- **TASK STATEMENT**:
Whenever the word "amount" shows up in a line of the data, copy that line.

- **MATERIALS PROVIDED**:
• • •

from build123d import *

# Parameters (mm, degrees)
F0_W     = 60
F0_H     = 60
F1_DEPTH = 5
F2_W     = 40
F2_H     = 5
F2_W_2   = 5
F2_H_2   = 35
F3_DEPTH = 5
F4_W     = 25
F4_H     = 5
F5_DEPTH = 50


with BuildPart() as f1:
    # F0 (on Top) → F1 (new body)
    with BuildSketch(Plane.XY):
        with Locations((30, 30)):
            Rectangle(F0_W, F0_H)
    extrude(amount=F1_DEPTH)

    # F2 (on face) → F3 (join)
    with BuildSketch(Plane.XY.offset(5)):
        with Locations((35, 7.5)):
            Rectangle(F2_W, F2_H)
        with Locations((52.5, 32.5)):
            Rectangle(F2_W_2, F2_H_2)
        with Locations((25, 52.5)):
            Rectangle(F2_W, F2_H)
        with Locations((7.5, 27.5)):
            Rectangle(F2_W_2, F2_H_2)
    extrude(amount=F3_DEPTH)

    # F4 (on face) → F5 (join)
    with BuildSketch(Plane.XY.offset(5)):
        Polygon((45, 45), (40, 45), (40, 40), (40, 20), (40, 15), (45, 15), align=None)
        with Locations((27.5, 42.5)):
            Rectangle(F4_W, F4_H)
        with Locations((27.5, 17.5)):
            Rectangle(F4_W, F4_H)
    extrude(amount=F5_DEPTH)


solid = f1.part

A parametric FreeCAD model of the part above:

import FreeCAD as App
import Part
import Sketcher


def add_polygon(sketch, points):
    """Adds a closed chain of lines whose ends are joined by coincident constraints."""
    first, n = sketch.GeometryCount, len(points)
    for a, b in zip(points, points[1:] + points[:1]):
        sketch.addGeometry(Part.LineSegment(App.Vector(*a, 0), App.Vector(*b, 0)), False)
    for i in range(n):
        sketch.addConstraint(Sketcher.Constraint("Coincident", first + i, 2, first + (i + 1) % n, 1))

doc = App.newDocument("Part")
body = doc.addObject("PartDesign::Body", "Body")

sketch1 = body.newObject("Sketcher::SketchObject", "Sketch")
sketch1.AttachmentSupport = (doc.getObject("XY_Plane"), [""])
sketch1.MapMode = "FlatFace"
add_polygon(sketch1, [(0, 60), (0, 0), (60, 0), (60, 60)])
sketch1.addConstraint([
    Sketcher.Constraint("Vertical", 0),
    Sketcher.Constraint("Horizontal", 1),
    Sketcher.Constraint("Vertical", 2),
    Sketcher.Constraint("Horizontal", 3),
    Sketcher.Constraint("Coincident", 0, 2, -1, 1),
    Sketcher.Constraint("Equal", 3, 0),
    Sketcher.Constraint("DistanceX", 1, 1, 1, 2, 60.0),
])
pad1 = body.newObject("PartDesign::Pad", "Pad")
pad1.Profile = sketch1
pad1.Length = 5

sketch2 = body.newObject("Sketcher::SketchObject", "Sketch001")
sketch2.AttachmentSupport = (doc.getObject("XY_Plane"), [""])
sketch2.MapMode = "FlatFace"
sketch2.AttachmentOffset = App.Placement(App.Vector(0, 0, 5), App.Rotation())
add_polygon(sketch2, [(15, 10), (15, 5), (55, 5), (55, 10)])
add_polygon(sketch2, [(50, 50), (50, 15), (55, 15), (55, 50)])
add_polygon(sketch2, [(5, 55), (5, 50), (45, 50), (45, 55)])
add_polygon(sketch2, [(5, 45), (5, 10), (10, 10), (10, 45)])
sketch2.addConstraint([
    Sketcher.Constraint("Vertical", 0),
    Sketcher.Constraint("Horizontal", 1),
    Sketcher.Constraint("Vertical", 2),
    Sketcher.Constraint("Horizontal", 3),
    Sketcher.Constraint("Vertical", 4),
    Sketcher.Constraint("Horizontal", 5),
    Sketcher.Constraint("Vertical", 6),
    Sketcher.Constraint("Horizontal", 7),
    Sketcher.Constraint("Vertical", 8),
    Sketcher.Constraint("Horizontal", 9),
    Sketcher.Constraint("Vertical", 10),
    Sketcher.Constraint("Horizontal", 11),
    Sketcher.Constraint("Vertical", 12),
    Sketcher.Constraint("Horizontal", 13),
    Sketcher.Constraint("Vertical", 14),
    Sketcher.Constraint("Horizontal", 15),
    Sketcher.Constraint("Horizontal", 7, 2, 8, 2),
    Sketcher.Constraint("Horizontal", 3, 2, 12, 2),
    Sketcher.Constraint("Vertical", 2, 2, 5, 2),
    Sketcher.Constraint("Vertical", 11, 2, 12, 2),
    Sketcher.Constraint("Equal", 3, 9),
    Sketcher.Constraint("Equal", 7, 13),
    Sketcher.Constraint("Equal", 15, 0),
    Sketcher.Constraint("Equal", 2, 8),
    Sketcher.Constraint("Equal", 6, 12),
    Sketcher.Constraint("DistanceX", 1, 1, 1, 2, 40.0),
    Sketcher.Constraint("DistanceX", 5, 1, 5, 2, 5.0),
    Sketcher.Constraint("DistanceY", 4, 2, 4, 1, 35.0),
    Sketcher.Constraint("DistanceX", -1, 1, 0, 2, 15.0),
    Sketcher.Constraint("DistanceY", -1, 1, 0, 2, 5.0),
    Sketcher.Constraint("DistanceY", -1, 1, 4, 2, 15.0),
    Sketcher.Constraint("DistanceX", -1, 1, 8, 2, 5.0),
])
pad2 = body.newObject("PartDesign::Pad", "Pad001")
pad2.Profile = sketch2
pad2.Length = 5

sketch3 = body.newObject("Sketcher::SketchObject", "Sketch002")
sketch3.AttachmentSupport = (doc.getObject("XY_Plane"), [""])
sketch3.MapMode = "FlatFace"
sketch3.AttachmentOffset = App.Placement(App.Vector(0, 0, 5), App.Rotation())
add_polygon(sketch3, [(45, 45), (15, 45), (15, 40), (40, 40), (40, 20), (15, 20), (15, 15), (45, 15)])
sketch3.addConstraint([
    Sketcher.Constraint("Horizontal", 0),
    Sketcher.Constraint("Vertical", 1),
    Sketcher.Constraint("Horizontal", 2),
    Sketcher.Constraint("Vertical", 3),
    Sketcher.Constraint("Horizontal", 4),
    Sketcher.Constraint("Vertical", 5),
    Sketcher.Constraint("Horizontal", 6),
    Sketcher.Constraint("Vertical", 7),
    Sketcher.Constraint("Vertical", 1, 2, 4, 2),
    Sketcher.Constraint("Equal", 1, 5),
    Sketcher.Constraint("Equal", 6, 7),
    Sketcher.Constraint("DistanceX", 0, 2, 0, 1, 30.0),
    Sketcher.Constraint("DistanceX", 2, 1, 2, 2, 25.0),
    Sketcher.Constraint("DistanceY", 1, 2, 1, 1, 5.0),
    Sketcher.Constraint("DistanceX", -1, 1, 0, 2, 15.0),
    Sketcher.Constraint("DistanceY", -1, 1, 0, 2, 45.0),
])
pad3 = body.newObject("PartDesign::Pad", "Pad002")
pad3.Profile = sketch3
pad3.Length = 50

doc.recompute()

• • •

- **WRITTEN SOLUTION**:
    extrude(amount=F1_DEPTH)
    extrude(amount=F3_DEPTH)
    extrude(amount=F5_DEPTH)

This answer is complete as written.